EXERCISE DIRECTIONS: Stopping at the line that holds "v -15.6 -5.5 0", repeat the lines below exactly, starting from the very first and including that final line.

RECORDED INFORMATION:
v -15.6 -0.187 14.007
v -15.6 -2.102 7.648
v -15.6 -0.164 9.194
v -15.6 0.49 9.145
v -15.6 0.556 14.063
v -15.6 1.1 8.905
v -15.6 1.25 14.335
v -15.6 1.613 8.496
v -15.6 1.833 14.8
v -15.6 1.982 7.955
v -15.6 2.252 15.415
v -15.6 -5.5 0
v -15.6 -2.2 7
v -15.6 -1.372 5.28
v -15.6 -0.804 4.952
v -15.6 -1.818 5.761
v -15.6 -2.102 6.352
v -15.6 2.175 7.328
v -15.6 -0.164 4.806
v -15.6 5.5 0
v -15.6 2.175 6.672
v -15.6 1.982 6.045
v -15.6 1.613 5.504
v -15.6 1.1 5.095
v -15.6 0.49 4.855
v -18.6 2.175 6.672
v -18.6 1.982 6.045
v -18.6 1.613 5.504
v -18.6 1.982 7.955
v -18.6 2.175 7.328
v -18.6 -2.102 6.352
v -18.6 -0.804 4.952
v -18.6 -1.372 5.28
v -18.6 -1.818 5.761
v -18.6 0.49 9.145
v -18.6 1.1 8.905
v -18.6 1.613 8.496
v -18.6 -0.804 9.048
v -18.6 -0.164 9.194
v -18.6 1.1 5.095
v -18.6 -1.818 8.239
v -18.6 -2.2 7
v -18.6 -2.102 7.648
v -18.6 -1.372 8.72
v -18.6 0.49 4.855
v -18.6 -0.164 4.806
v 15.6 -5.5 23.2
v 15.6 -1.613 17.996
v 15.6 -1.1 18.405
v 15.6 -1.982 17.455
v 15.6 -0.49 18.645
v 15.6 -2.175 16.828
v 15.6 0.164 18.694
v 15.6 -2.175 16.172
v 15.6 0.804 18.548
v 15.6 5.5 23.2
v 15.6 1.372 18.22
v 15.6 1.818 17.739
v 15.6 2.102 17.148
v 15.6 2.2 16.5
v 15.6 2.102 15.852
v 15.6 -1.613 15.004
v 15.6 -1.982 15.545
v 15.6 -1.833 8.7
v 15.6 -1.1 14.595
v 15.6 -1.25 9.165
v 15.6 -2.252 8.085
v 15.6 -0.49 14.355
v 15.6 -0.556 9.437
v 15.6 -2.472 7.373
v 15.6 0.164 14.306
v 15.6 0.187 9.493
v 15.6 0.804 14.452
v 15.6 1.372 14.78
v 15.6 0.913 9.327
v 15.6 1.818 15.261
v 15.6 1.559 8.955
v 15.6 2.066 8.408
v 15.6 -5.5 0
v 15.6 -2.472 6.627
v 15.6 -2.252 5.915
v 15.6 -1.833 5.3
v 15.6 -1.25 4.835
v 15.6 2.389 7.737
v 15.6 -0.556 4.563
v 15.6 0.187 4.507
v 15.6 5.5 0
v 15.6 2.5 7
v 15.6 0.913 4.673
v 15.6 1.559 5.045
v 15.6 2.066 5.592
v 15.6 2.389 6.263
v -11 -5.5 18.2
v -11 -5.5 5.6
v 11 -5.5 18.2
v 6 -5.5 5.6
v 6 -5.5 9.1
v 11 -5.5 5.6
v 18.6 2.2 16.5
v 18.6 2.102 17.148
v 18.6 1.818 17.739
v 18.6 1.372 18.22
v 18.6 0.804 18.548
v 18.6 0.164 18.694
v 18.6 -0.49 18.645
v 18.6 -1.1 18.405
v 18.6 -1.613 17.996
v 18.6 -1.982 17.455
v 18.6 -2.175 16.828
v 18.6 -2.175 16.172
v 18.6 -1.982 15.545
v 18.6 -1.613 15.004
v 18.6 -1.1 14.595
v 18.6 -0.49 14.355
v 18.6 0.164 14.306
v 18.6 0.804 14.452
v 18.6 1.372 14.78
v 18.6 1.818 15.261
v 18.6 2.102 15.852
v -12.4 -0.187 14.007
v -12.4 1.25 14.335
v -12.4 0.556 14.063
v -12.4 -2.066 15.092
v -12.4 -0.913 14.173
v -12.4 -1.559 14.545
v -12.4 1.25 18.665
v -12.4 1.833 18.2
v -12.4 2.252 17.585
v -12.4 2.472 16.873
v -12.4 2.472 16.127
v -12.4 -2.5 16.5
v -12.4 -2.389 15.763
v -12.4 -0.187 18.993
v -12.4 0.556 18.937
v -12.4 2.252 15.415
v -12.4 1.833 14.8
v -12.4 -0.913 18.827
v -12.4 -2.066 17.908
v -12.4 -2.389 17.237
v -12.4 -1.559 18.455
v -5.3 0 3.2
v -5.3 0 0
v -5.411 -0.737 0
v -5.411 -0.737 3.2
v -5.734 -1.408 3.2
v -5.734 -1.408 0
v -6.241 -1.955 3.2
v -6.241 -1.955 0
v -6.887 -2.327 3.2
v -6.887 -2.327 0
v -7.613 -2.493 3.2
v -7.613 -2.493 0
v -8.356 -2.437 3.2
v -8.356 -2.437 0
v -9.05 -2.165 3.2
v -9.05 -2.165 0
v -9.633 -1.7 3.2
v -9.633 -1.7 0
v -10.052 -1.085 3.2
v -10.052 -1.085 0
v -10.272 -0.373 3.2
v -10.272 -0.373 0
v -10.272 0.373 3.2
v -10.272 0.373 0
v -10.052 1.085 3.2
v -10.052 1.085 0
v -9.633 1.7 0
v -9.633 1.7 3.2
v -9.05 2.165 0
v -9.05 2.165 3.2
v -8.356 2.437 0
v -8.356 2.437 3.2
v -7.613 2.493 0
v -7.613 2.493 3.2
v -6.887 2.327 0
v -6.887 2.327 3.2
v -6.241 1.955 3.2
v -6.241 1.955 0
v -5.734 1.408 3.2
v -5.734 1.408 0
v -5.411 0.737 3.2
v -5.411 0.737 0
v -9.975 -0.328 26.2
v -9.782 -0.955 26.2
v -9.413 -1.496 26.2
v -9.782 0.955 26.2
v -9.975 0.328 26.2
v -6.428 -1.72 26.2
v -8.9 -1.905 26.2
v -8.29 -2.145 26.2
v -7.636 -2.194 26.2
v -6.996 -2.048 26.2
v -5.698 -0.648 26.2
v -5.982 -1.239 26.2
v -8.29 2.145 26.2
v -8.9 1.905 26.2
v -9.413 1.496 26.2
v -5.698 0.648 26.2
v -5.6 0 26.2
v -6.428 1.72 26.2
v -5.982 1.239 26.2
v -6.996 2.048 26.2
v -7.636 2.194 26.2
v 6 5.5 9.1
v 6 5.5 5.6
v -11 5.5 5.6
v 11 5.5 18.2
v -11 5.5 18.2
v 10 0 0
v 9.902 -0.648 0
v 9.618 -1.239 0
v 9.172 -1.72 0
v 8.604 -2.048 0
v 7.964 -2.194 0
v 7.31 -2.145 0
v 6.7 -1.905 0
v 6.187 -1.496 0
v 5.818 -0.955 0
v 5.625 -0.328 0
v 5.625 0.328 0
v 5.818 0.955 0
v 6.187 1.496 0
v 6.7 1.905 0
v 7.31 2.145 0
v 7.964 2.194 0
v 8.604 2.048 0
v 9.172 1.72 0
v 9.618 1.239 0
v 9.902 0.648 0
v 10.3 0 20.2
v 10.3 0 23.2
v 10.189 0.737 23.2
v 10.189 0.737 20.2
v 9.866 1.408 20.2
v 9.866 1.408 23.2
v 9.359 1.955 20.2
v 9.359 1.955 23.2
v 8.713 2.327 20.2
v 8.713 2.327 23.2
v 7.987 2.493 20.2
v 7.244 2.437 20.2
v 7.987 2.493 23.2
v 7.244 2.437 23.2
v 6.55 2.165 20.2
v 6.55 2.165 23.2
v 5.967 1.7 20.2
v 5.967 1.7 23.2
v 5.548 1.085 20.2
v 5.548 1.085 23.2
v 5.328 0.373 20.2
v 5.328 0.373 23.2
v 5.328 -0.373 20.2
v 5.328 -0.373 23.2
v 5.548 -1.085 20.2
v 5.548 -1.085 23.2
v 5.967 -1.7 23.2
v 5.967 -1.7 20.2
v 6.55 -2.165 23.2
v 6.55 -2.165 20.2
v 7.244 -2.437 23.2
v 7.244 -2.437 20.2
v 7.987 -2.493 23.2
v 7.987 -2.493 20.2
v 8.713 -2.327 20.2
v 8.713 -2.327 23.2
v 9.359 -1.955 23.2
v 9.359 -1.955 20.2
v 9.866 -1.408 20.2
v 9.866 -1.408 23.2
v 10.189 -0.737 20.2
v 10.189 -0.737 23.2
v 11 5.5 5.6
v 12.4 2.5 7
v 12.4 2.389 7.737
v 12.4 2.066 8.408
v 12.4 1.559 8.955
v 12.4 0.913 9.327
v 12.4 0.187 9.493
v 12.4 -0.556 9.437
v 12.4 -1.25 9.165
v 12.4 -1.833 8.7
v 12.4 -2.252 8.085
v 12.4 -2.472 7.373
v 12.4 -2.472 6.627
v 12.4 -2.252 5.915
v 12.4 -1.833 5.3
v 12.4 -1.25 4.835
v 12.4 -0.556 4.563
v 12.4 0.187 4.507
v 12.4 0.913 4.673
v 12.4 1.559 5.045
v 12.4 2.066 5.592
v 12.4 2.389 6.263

PROBLEM SOLUTION:
v -15.6 -0.187 14.007
v -15.6 -2.102 7.648
v -15.6 -0.164 9.194
v -15.6 0.49 9.145
v -15.6 0.556 14.063
v -15.6 1.1 8.905
v -15.6 1.25 14.335
v -15.6 1.613 8.496
v -15.6 1.833 14.8
v -15.6 1.982 7.955
v -15.6 2.252 15.415
v -15.6 -5.5 0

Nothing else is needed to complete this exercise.